++++ STORED DATA

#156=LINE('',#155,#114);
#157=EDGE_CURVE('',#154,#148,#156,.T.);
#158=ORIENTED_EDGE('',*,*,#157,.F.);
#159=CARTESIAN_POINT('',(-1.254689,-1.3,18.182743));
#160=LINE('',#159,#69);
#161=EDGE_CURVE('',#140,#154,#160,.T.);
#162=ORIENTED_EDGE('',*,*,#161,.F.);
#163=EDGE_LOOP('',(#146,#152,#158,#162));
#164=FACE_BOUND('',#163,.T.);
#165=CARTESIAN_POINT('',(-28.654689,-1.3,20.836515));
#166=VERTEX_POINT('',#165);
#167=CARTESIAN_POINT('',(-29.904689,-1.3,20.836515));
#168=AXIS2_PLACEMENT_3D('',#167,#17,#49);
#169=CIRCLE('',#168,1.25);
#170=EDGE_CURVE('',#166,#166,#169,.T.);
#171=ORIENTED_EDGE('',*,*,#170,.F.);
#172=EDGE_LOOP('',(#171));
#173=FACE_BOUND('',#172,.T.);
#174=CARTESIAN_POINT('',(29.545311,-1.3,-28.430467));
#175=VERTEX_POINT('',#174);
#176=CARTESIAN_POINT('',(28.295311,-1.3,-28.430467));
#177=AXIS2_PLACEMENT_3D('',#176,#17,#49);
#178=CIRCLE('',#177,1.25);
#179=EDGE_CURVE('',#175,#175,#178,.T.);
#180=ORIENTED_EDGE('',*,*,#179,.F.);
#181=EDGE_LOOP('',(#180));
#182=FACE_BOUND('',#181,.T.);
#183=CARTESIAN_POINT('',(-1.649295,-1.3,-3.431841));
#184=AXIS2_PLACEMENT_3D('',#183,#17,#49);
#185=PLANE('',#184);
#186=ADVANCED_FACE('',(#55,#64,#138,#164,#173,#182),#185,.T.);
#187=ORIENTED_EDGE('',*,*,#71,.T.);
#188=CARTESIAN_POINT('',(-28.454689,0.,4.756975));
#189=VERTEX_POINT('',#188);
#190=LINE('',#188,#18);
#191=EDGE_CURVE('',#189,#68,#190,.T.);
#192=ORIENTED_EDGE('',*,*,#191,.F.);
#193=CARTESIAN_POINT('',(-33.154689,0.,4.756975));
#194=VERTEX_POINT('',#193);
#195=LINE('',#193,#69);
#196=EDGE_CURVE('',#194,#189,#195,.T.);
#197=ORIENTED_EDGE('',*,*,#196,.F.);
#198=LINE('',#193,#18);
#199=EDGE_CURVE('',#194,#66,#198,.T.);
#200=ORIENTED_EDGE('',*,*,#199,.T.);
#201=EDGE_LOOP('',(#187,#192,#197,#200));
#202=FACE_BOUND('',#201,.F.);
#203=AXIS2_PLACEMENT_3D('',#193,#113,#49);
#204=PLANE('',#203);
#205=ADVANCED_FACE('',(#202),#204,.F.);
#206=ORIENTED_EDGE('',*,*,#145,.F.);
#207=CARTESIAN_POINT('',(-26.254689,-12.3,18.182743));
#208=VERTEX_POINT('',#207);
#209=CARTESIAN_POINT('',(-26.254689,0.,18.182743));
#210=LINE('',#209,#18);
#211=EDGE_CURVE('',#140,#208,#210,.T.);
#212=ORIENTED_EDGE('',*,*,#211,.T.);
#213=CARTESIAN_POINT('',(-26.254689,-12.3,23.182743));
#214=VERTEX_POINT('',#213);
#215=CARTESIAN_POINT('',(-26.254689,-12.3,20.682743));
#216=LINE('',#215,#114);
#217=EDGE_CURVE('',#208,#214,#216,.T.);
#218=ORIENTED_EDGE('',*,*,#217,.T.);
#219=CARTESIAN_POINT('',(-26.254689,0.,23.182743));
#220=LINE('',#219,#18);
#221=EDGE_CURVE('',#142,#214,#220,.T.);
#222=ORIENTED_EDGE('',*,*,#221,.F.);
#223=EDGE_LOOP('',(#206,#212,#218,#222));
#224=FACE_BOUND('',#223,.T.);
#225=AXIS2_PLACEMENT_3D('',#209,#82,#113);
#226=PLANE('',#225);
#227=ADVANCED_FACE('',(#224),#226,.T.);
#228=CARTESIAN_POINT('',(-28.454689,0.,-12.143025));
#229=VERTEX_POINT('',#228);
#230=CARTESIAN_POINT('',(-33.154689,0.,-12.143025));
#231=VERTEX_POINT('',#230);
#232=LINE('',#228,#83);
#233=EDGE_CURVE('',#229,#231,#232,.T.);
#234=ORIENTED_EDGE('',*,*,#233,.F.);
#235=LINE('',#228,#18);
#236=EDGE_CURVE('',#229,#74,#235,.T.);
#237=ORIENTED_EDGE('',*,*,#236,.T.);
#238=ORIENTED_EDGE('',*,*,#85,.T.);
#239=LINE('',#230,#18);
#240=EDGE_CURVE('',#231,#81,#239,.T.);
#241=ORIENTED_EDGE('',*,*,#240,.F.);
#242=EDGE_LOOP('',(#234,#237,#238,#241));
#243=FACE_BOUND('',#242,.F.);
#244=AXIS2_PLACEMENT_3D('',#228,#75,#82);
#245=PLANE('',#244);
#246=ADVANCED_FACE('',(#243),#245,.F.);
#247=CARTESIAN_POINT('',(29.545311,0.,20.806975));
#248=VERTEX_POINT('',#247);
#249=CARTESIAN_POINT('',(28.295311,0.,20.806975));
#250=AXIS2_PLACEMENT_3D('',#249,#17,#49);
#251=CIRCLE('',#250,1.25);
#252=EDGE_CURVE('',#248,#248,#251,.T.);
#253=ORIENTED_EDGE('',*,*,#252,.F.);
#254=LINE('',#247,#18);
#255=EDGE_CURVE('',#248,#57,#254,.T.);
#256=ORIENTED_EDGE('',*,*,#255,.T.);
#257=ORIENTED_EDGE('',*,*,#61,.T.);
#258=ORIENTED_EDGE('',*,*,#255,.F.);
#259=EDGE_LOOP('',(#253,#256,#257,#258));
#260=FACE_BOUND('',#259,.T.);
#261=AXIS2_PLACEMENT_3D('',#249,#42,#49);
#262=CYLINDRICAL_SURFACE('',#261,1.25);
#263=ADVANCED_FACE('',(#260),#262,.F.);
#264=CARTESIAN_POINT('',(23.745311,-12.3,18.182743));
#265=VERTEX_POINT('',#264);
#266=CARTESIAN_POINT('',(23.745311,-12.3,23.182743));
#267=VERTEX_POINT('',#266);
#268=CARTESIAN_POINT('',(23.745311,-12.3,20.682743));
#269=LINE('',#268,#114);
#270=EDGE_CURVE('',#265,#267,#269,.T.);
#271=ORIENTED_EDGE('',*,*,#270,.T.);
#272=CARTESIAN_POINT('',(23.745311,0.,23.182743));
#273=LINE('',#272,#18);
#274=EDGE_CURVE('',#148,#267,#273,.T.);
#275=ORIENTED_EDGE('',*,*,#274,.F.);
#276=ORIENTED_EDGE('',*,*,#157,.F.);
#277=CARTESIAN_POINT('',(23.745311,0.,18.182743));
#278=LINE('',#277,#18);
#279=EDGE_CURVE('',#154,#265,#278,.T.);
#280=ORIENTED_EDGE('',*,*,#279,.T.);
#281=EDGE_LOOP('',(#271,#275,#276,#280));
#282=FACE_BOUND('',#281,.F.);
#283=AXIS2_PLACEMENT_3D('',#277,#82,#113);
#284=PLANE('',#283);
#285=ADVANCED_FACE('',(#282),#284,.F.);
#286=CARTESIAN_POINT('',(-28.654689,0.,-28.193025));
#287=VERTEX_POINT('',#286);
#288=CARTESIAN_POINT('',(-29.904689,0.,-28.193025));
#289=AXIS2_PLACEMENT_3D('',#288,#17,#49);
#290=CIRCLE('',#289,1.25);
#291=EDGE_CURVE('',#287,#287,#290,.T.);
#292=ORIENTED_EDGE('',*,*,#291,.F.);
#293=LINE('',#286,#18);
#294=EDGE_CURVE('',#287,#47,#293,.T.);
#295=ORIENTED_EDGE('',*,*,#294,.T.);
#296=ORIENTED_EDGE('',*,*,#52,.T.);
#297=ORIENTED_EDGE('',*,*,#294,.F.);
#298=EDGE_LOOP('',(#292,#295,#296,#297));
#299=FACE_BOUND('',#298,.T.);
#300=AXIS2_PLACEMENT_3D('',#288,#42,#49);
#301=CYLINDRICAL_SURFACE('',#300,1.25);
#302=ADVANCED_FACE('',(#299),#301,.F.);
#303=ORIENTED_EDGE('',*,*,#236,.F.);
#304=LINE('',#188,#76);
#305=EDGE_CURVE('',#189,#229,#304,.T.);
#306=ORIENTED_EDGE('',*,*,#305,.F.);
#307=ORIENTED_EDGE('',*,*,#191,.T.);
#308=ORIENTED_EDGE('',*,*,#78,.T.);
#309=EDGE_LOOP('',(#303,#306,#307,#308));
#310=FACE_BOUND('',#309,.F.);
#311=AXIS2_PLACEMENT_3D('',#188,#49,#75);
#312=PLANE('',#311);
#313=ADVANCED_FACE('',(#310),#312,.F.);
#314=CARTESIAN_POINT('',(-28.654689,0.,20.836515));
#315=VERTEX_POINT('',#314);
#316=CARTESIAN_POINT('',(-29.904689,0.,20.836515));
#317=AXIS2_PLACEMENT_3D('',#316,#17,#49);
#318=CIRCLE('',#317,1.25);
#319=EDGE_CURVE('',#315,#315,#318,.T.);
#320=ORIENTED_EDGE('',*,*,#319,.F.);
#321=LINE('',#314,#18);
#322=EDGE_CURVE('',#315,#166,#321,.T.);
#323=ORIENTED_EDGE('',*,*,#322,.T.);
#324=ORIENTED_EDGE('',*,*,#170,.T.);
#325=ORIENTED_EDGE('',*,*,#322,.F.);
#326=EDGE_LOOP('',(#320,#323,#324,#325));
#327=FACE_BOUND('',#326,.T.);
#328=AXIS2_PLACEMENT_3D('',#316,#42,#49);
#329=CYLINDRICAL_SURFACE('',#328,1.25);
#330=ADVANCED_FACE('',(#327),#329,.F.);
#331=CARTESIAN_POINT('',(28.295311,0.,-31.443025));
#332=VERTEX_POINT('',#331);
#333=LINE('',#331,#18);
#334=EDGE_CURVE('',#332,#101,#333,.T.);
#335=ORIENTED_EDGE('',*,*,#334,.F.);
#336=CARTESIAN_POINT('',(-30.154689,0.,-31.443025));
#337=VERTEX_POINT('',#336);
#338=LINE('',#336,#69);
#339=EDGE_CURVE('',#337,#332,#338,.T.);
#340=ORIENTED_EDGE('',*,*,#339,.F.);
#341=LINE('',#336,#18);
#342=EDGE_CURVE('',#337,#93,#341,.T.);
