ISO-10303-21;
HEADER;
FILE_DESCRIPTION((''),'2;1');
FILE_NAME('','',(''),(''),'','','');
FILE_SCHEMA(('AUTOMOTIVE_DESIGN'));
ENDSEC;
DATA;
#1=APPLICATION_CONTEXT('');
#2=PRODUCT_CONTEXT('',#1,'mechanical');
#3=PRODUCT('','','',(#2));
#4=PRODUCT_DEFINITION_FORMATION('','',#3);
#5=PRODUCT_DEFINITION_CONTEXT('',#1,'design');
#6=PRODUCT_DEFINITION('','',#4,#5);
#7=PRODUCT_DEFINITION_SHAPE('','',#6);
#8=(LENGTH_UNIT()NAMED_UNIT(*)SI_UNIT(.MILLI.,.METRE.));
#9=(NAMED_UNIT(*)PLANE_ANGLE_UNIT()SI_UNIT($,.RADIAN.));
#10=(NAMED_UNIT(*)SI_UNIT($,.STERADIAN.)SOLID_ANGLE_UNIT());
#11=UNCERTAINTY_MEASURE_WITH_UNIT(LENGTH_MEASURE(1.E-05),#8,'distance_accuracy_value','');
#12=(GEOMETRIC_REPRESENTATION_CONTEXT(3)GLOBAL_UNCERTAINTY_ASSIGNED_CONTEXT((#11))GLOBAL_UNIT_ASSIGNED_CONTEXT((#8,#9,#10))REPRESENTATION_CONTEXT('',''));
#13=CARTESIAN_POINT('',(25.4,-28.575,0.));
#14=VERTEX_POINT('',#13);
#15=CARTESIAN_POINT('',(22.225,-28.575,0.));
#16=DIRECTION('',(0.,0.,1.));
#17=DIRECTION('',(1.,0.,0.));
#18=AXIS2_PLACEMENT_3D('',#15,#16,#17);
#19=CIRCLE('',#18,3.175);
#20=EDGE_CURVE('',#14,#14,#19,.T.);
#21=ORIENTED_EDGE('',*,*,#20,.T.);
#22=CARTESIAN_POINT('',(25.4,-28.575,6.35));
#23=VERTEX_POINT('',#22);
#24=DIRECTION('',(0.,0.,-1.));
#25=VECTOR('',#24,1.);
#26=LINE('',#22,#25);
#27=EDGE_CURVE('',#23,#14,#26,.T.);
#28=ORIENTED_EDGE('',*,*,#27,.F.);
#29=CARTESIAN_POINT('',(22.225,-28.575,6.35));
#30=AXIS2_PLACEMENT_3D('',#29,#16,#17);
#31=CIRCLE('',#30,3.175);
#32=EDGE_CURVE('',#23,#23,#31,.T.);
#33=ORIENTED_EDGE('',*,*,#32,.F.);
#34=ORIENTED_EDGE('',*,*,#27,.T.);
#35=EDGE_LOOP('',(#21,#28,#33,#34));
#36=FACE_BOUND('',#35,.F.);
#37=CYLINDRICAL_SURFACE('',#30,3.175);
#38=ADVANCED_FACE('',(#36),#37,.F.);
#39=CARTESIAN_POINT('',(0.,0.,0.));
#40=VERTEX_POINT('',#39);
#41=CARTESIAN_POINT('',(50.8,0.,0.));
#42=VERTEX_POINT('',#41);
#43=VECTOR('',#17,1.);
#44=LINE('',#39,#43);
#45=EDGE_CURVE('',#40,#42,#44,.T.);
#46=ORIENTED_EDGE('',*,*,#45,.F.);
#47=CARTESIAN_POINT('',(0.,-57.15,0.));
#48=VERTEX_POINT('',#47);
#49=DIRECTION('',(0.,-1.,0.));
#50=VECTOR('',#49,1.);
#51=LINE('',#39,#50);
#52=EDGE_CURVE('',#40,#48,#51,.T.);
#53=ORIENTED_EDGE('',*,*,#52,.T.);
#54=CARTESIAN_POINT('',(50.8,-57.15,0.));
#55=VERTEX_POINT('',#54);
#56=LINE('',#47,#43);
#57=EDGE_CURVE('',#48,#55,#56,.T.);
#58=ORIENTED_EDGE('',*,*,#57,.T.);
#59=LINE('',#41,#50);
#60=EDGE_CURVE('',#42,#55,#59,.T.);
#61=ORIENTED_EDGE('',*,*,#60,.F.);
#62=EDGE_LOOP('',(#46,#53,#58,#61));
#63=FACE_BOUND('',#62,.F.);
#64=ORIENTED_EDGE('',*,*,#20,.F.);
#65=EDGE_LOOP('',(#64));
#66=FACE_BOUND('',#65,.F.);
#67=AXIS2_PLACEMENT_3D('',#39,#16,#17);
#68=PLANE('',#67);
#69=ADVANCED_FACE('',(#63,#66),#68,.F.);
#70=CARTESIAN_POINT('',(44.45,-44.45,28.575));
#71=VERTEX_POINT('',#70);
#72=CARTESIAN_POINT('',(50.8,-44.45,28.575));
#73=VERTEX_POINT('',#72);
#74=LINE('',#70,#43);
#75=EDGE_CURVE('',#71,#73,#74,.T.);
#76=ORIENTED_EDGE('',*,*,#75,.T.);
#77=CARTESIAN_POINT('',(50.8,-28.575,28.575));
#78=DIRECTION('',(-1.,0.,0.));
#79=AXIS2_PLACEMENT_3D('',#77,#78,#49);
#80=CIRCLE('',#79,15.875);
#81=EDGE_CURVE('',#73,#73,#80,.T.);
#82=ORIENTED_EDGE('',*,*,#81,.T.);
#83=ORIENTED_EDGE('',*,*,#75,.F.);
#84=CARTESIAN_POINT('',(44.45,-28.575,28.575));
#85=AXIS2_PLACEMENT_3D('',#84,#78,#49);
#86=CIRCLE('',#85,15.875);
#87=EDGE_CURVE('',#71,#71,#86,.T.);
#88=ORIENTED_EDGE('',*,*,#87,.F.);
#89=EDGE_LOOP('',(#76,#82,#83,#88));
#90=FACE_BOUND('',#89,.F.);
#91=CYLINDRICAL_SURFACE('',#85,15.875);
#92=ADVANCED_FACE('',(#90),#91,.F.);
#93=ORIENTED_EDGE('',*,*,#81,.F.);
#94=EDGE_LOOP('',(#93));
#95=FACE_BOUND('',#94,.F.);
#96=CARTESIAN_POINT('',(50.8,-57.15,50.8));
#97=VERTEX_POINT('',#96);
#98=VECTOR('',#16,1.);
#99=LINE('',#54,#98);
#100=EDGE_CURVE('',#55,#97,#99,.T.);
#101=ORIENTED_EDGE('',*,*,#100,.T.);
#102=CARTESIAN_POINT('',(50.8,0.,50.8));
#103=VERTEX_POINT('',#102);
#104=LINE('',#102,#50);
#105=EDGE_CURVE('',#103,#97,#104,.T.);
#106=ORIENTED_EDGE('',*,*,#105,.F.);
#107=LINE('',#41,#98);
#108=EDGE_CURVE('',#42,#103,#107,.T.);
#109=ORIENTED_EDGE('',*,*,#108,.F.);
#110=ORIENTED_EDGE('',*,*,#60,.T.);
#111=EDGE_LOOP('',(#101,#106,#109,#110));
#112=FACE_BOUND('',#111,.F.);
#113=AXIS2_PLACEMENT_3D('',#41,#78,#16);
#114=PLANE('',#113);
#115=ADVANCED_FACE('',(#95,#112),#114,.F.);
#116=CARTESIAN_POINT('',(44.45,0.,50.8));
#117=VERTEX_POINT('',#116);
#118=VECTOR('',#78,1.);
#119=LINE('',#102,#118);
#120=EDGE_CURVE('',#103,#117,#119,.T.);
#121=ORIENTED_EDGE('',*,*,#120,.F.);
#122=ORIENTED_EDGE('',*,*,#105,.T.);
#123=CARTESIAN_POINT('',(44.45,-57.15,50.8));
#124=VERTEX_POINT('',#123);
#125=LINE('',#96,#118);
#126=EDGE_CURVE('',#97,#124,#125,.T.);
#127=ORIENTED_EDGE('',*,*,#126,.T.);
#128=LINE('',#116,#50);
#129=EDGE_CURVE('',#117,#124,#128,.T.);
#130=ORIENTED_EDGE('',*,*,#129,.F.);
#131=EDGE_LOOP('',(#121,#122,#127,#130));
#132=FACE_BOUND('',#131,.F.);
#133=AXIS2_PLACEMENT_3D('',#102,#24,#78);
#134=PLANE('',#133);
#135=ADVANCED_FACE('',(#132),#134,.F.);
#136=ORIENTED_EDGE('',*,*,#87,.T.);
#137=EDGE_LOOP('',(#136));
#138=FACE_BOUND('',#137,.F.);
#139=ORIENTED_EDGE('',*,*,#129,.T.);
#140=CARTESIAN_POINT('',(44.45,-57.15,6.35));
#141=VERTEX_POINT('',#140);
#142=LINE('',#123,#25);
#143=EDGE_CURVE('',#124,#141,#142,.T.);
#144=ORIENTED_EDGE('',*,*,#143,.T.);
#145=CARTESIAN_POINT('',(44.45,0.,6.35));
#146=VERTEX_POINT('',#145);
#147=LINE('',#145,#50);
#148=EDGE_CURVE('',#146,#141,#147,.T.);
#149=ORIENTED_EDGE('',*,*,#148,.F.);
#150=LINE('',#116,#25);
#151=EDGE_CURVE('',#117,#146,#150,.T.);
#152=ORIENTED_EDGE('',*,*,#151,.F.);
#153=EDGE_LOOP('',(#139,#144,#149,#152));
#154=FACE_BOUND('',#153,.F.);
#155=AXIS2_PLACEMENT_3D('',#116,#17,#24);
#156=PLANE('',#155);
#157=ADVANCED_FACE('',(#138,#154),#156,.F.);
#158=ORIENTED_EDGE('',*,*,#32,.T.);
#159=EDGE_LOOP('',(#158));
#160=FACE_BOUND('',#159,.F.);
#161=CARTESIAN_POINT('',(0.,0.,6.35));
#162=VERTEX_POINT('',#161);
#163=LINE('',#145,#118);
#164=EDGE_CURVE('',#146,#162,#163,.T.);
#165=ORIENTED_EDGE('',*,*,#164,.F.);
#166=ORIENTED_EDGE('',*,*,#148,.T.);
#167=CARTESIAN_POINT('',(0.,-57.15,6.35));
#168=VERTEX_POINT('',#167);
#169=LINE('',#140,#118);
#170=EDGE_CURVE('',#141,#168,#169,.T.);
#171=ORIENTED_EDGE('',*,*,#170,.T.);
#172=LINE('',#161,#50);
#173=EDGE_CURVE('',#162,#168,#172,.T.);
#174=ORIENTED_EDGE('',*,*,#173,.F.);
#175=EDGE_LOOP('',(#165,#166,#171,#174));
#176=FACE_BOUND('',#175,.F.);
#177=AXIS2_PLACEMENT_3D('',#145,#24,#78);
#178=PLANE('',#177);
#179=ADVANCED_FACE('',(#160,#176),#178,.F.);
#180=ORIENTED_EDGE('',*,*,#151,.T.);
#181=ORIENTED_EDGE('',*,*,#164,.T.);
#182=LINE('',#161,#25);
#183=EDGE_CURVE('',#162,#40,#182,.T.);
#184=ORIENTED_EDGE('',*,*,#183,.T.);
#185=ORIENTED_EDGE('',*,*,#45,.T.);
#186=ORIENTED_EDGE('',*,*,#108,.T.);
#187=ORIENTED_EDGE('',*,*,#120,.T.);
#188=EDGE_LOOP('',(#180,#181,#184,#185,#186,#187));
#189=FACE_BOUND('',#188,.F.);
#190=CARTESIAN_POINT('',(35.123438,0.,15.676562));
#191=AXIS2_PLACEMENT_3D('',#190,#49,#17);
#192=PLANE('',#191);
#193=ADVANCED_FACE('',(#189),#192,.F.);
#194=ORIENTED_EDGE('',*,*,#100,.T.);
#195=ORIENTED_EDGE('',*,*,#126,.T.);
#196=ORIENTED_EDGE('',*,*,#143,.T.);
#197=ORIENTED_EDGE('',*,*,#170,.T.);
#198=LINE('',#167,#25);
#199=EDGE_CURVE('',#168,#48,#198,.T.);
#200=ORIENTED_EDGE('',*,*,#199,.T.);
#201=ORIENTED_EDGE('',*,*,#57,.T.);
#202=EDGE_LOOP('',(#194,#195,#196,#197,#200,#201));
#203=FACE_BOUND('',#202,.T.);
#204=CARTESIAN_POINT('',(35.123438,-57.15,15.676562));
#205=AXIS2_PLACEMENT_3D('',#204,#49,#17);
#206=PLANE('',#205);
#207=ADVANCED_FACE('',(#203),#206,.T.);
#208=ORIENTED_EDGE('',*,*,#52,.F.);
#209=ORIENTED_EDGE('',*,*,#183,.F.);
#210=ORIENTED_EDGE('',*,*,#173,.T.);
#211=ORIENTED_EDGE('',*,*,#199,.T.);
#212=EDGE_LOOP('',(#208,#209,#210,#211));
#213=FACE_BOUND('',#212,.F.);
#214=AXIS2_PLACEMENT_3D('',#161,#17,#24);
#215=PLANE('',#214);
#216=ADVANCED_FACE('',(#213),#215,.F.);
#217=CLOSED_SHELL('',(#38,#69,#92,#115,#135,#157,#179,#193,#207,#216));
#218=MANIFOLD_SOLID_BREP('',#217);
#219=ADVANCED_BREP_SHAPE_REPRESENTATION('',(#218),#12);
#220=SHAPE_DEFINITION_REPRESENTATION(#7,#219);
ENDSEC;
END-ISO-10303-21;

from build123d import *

# Parameters (mm, degrees)
F1_DEPTH = 57.15
F2_R     = 15.875
F3_DEPTH = 6.351
F4_R     = 3.175
F5_DEPTH = 6.351


with BuildPart() as f1:
    # F0 (on Front) → F1 (new body)
    with BuildSketch(Plane.XZ):
        Polygon((0, 6.35), (0, 0), (50.8, 0), (50.8, 50.8), (44.45, 50.8), (44.45, 6.35), align=None)
    extrude(amount=F1_DEPTH)

    # F2 (on face) → F3 (cut, through all)
    with BuildSketch(Plane(origin=(44.45, 0, 0), x_dir=(0, -1, 0), z_dir=(-1, 0, 0))):
        with Locations((28.575, 28.575)):
            Circle(F2_R)
    extrude(amount=-F3_DEPTH, mode=Mode.SUBTRACT)

    # F4 (on face) → F5 (cut, through all)
    with BuildSketch(Plane.XY.offset(6.35)):
        with Locations((22.225, -28.575)):
            Circle(F4_R)
    extrude(amount=-F5_DEPTH, mode=Mode.SUBTRACT)


solid = f1.part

++++++++

## ACTIVITY:
Your answer should be the exact lines above from the one with "#35=EDGE_LOOP('',(#21,#28,#33,#34));" through the one with "#42=VERTEX_POINT('',#41);", both included, and nothing besides.

## ANSWER SPACE:
#35=EDGE_LOOP('',(#21,#28,#33,#34));
#36=FACE_BOUND('',#35,.F.);
#37=CYLINDRICAL_SURFACE('',#30,3.175);
#38=ADVANCED_FACE('',(#36),#37,.F.);
#39=CARTESIAN_POINT('',(0.,0.,0.));
#40=VERTEX_POINT('',#39);
#41=CARTESIAN_POINT('',(50.8,0.,0.));
#42=VERTEX_POINT('',#41);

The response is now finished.